NEC and NTT DoCoMo reach 5G deal

The deal with NTT DoCoMo will see NEC supply 5G base station control units, as well as providing software upgrades to existing 4G base stations to make them compatible with the new network.
Written by Corinne Reichert, Contributor

NEC Corporation has announced reaching a 5G equipment supply deal with NTT DoCoMo, with the Japanese telecommunications carrier planning to launch its new mobile network in 2020.

Under the deal, NEC will provide control units for 5G base stations as well as using software upgrades to ensure NTT DoCoMo's existing base stations and telco equipment are compatible with 5G.

"Currently, high-density base station equipment that NEC began providing in February 2015 is already compatible with the advanced Centralised Radio Access Network (C-RAN) architecture advocated by DoCoMo, and is now being utilised as a base station control unit," NEC said.

"Moreover, following a software upgrade, an advance in communications from LTE to LTE-Advanced has been achieved."

NTT DoCoMo CTO Hiroshi Nakamura lauded the efficient rollout of 5G services by using existing telecommunications equipment.

"This agreement with NEC is in line with that policy, and we expect it to make a significant contribution to our 5G services. Going forward, DoCoMo accelerates co-creation of new services and businesses with vertical industry partners," Nakamura said.

According to NEC executive vice president Atsuo Kawamura, the company will also provide NTT DoCoMo with "remote diagnosis and advanced security that combine 5G with the latest ICT".

"Through these initiatives, NEC will continue strengthening our partnership with DoCoMo and contributing to the realisation of 5G services," Kawamura said.

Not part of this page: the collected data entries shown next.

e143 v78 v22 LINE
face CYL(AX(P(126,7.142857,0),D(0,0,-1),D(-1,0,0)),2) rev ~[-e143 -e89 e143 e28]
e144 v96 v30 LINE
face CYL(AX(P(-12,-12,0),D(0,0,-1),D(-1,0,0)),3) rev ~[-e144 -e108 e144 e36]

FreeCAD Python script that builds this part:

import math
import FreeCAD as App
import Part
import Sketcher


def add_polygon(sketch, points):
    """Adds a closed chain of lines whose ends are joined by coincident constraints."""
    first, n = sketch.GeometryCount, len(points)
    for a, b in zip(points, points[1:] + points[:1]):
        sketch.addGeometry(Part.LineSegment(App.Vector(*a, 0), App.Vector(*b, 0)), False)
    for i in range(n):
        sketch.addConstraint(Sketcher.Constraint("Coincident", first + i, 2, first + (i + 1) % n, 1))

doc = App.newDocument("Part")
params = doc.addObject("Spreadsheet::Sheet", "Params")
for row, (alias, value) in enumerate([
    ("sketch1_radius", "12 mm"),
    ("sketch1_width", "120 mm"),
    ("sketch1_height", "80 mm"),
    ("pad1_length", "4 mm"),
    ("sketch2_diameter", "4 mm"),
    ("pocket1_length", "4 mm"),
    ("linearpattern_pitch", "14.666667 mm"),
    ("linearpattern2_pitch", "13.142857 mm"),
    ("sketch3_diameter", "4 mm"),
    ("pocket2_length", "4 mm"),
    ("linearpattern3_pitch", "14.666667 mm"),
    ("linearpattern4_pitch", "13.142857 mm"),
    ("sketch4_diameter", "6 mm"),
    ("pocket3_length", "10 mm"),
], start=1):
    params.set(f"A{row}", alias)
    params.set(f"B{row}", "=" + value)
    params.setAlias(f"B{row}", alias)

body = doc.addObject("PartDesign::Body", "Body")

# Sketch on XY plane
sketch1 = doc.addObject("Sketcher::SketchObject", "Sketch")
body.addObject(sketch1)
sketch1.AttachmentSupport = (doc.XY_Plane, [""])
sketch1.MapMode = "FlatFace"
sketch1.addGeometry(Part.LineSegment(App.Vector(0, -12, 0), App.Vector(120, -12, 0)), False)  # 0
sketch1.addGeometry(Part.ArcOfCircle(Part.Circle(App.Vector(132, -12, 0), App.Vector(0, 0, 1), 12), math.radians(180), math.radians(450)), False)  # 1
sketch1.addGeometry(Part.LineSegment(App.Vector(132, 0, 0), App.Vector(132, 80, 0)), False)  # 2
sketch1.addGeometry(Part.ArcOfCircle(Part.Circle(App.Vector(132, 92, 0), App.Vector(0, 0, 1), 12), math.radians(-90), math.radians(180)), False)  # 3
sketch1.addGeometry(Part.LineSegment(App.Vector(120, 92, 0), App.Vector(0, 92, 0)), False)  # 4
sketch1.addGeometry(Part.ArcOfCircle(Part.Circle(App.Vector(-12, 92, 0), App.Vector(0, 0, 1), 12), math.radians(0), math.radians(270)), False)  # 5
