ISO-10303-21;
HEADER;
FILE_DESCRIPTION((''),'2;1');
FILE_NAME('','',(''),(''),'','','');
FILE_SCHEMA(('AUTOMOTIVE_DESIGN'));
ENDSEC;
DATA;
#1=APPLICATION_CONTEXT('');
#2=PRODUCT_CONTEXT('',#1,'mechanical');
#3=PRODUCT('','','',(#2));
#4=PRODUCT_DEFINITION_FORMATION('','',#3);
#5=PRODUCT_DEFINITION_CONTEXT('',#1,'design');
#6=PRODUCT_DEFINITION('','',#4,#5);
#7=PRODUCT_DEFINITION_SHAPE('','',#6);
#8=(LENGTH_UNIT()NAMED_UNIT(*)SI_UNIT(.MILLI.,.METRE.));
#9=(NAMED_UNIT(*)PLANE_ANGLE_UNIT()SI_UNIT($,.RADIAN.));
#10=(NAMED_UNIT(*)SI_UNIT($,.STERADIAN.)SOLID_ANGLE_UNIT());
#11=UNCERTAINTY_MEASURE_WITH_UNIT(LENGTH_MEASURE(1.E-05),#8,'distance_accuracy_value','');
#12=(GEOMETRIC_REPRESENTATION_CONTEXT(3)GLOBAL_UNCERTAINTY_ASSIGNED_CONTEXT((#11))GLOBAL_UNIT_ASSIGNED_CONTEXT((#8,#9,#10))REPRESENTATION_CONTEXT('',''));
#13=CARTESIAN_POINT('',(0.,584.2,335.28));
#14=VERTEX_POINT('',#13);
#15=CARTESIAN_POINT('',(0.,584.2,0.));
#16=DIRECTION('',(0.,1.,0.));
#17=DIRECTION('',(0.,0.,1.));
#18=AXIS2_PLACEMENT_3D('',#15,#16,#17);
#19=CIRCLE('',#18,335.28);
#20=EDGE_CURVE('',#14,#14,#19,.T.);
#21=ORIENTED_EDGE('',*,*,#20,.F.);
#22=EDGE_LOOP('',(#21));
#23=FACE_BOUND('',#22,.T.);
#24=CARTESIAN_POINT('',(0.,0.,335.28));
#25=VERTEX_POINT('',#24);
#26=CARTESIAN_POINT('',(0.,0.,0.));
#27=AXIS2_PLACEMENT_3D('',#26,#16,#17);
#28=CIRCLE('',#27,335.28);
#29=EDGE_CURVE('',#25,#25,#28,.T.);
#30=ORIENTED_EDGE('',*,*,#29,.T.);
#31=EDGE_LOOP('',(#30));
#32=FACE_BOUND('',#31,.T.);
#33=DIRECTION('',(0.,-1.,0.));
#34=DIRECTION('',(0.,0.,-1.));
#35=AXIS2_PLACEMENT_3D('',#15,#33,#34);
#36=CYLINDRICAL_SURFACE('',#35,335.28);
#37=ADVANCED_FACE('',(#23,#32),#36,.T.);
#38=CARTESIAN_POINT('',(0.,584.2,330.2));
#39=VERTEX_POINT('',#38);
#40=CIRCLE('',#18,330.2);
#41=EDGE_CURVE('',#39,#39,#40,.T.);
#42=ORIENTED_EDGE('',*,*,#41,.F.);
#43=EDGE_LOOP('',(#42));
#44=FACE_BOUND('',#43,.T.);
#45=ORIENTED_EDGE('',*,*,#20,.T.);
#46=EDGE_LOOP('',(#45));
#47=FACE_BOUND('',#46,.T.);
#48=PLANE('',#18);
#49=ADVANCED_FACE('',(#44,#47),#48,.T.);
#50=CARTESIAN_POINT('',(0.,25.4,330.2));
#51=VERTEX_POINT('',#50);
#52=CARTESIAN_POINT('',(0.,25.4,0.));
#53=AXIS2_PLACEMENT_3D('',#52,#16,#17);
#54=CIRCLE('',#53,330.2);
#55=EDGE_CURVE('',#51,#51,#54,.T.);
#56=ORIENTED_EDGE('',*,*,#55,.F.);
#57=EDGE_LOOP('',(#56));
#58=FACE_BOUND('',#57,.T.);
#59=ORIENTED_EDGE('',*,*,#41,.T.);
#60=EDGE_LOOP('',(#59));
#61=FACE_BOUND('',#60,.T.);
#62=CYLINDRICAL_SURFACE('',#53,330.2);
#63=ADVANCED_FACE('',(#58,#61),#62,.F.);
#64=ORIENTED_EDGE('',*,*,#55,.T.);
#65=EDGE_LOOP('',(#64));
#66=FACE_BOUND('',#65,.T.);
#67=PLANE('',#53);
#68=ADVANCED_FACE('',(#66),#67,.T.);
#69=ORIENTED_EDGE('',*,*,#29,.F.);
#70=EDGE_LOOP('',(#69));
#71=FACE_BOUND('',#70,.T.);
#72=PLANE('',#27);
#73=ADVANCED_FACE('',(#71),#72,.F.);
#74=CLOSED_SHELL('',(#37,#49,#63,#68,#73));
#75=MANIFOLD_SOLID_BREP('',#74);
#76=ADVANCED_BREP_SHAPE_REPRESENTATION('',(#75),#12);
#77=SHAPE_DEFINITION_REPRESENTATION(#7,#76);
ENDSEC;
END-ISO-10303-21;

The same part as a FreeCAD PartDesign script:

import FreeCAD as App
import Part
import Sketcher

V = App.Vector
Q = App.Units.Quantity

doc = App.newDocument("Part")
body = doc.addObject("PartDesign::Body", "Body")

sketch1 = doc.addObject("Sketcher::SketchObject", "Sketch")
body.addObject(sketch1)
sketch1.AttachmentSupport = (doc.XZ_Plane, [""])
sketch1.MapMode = "FlatFace"
sketch1.addGeometry(Part.Circle(V(0, 0, 0), V(0, 0, 1), 335.28), False)
sketch1.addConstraint(Sketcher.Constraint("Coincident", 0, 3, -1, 1))
sketch1.addConstraint(Sketcher.Constraint("Diameter", 0, Q("26.4 in")))
pad1 = doc.addObject("PartDesign::Pad", "Pad")
body.addObject(pad1)
pad1.Profile = sketch1
pad1.Length = Q("23 in")
pad1.Reversed = True

sketch2 = doc.addObject("Sketcher::SketchObject", "Sketch001")
body.addObject(sketch2)
sketch2.AttachmentSupport = (doc.XZ_Plane, [""])
sketch2.MapMode = "FlatFace"
sketch2.AttachmentOffset = App.Placement(V(0, 0, -23 * 25.4), App.Rotation())
sketch2.addGeometry(Part.Circle(V(0, 0, 0), V(0, 0, 1), 330.2), False)
sketch2.addConstraint(Sketcher.Constraint("Coincident", 0, 3, -1, 1))
sketch2.addConstraint(Sketcher.Constraint("Diameter", 0, Q("26 in")))
pocket1 = doc.addObject("PartDesign::Pocket", "Pocket")
body.addObject(pocket1)
pocket1.Profile = sketch2
pocket1.Length = Q("22 in")
pocket1.Reversed = True

doc.recompute()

NEC had in February used Mobile World Congress (MWC) 2018 to announce that it would be undertaking verification experiments alongside NTT DoCoMo on 5G wireless technologies at the Yokosuka Research Park and NEC's Tamagawa Plant.

At the time, NEC said this would involve coordinated control between distribution units (DUs) by using its low super-high frequency band -- between 3GHz and 6GHz -- massive-element active antenna system (AAS) base station system.

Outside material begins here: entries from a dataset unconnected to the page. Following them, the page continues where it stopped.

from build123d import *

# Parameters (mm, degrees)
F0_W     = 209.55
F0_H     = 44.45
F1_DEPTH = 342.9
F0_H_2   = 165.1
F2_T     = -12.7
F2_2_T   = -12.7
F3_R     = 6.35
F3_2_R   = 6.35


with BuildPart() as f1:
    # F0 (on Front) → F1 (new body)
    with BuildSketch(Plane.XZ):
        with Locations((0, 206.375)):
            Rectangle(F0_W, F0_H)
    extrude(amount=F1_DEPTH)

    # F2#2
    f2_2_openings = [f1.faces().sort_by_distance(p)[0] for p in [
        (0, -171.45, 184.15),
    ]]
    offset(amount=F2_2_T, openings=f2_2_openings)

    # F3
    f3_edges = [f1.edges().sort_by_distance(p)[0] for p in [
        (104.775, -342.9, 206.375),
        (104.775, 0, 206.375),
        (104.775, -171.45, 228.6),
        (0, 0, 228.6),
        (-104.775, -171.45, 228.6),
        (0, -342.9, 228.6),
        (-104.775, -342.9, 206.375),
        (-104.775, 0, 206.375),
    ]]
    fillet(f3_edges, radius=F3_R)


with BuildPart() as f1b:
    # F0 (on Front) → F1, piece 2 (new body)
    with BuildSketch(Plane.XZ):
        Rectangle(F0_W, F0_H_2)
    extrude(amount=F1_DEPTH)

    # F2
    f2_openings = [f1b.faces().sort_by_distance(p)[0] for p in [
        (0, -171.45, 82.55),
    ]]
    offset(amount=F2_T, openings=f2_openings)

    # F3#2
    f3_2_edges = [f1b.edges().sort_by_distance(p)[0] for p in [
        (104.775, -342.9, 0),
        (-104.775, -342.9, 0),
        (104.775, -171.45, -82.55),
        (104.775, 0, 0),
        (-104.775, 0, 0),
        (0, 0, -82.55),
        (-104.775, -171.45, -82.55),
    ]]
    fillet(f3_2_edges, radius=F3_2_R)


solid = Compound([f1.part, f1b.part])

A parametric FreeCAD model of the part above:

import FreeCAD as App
import Part
import Sketcher
Q = App.Units.Quantity


def edges_at(feature, points):
    """Names of the edges that pass closest to the given points."""
    edges = feature.Shape.Edges
    near = lambda p: min(range(len(edges)), key=lambda i: edges[i].distToShape(Part.Vertex(*p))[0])
    return sorted({f"Edge{near(p) + 1}" for p in points})


def faces_at(feature, points):
    """Names of the faces that lie closest to the given points."""
    faces = feature.Shape.Faces
    near = lambda p: min(range(len(faces)), key=lambda i: faces[i].distToShape(Part.Vertex(*p))[0])
    return sorted({f"Face{near(p) + 1}" for p in points})

doc = App.newDocument("Part")
body = doc.addObject("PartDesign::Body", "Body")

sketch1 = body.newObject("Sketcher::SketchObject", "Sketch")
sketch1.AttachmentSupport = (doc.getObject("XZ_Plane"), [""])
sketch1.MapMode = "FlatFace"
sketch1.addGeometry([
    Part.LineSegment(App.Vector(-105, 229, 0), App.Vector(-105, 184, 0)),
    Part.LineSegment(App.Vector(-105, 184, 0), App.Vector(105, 184, 0)),
    Part.LineSegment(App.Vector(105, 184, 0), App.Vector(105, 229, 0)),
    Part.LineSegment(App.Vector(105, 229, 0), App.Vector(-105, 229, 0)),
], False)
sketch1.addConstraint([
    Sketcher.Constraint("Coincident", 0, 2, 1, 1),
    Sketcher.Constraint("Coincident", 1, 2, 2, 1),
    Sketcher.Constraint("Coincident", 2, 2, 3, 1),
    Sketcher.Constraint("Coincident", 3, 2, 0, 1),
    Sketcher.Constraint("Vertical", 0),
    Sketcher.Constraint("Horizontal", 1),
    Sketcher.Constraint("Vertical", 2),
    Sketcher.Constraint("Horizontal", 3),
    Sketcher.Constraint("DistanceY", -1, 1, 2, 2, Q("9 in")),
    Sketcher.Constraint("DistanceX", 1, 1, 1, 2, Q("8.25 in")),
    Sketcher.Constraint("DistanceY", 0, 2, 0, 1, Q("1.75 in")),
    Sketcher.Constraint("DistanceX", 0, 2, -1, 1, Q("4.125 in")),
])
pad1 = body.newObject("PartDesign::Pad", "Pad")
pad1.Profile = sketch1
pad1.Length = Q("13.5 in")
doc.recompute()

thickness = body.newObject("PartDesign::Thickness", "Thickness")
thickness.Base = (pad1, faces_at(pad1, [(0, -171.45, 184.15)]))
thickness.Value = Q("0.5 in")
thickness.Reversed = True
thickness.Join = "Arc"
doc.recompute()

fillet = body.newObject("PartDesign::Fillet", "Fillet")
fillet.Base = (thickness, edges_at(thickness, [
    (104.775, -342.9, 206.375),
    (104.775, 0, 206.375),
    (104.775, -171.45, 228.6),
    (0, 0, 228.6),
    (-104.775, -171.45, 228.6),
    (0, -342.9, 228.6),
    (-104.775, -342.9, 206.375),
    (-104.775, 0, 206.375),
]))
fillet.Radius = Q("0.25 in")
body2 = doc.addObject("PartDesign::Body", "Body001")

sketch2 = body2.newObject("Sketcher::SketchObject", "Sketch001")
sketch2.AttachmentSupport = (doc.getObject("XZ_Plane001"), [""])
sketch2.MapMode = "FlatFace"
sketch2.addGeometry([
    Part.LineSegment(App.Vector(-105, 83, 0), App.Vector(-105, -83, 0)),
    Part.LineSegment(App.Vector(-105, -83, 0), App.Vector(105, -83, 0)),
    Part.LineSegment(App.Vector(105, -83, 0), App.Vector(105, 83, 0)),
    Part.LineSegment(App.Vector(105, 83, 0), App.Vector(-105, 83, 0)),
], False)
sketch2.addConstraint([
    Sketcher.Constraint("Coincident", 0, 2, 1, 1),
    Sketcher.Constraint("Coincident", 1, 2, 2, 1),
    Sketcher.Constraint("Coincident", 2, 2, 3, 1),
    Sketcher.Constraint("Coincident", 3, 2, 0, 1),
    Sketcher.Constraint("Vertical", 0),
    Sketcher.Constraint("Horizontal", 1),
    Sketcher.Constraint("Vertical", 2),
    Sketcher.Constraint("Horizontal", 3),
    Sketcher.Constraint("Symmetric", 0, 2, 2, 2, -1, 1),
    Sketcher.Constraint("DistanceY", 0, 2, 0, 1, Q("6.5 in")),
    Sketcher.Constraint("DistanceX", 1, 1, 1, 2, Q("8.25 in")),
])
pad2 = body2.newObject("PartDesign::Pad", "Pad001")
pad2.Profile = sketch2
pad2.Length = Q("13.5 in")
doc.recompute()

thickness2 = body2.newObject("PartDesign::Thickness", "Thickness001")
thickness2.Base = (pad2, faces_at(pad2, [(0, -171.45, 82.55)]))
thickness2.Value = Q("0.5 in")
thickness2.Reversed = True
thickness2.Join = "Arc"
doc.recompute()

fillet2 = body2.newObject("PartDesign::Fillet", "Fillet001")
fillet2.Base = (thickness2, edges_at(thickness2, [
    (104.775, -342.9, 0),
    (-104.775, -342.9, 0),
    (104.775, -171.45, -82.55),
    (104.775, 0, 0),
    (-104.775, 0, 0),
    (0, 0, -82.55),
    (-104.775, -171.45, -82.55),
]))
fillet2.Radius = Q("0.25 in")

doc.recompute()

Used along with a C-RAN configuration, this allows a central unit (CU) to control several DUs.

"The CU exchanges information on terminals connected to different DUs between multiple DUs. DUs then form directional signals (beams) while performing coordination control between DUs," NEC explained.

"This greatly improves the throughput of terminals located near the boundary of DUs' communication ranges (cells) when compared to conventional throughput and achieves stable, high-quality communication regardless of location."

With 5G enabling more densely arranged cells, radio wave interference between DUs will be an issue causing reduced download speeds, NEC said in February. The experiments with NTT DoCoMo tested the improvements of this throughout suburbs and city centres.

"NEC is committed to contributing to the successful rollout of 5G in the near future, including these verification trials using the massive-element AAS base station system," NEC Wireless Network Development Division deputy GM Kenichi Ito said at the time.

"We aim to continue driving the advancement of high-speed, large capacity communications and sophisticated service functions that contribute to services provided by telecommunications carriers."

Following the standardisation of 5G NR specs in December, both NEC Corporation and NTT DoCoMo had announced the beginning of the full-scale development of 5G NR including large-scale trials and commercial deployment, along with Huawei, Ericsson, Intel, Nokia, Samsung, AT&T, BT, China Mobile, China Telecom, China Unicom, Deutsche Telekom, Fujitsu, KT Corporation, LG Electronics, LG Uplus, MediaTek, Orange, Qualcomm, SK Telecom, Sony Mobile Communications, Sprint, TIM, Telefonica, Telia Company, T-Mobile USA, Verizon, Vodafone, and ZTE.

NTT DoCoMo has also been involved in testing 5G with Ericsson.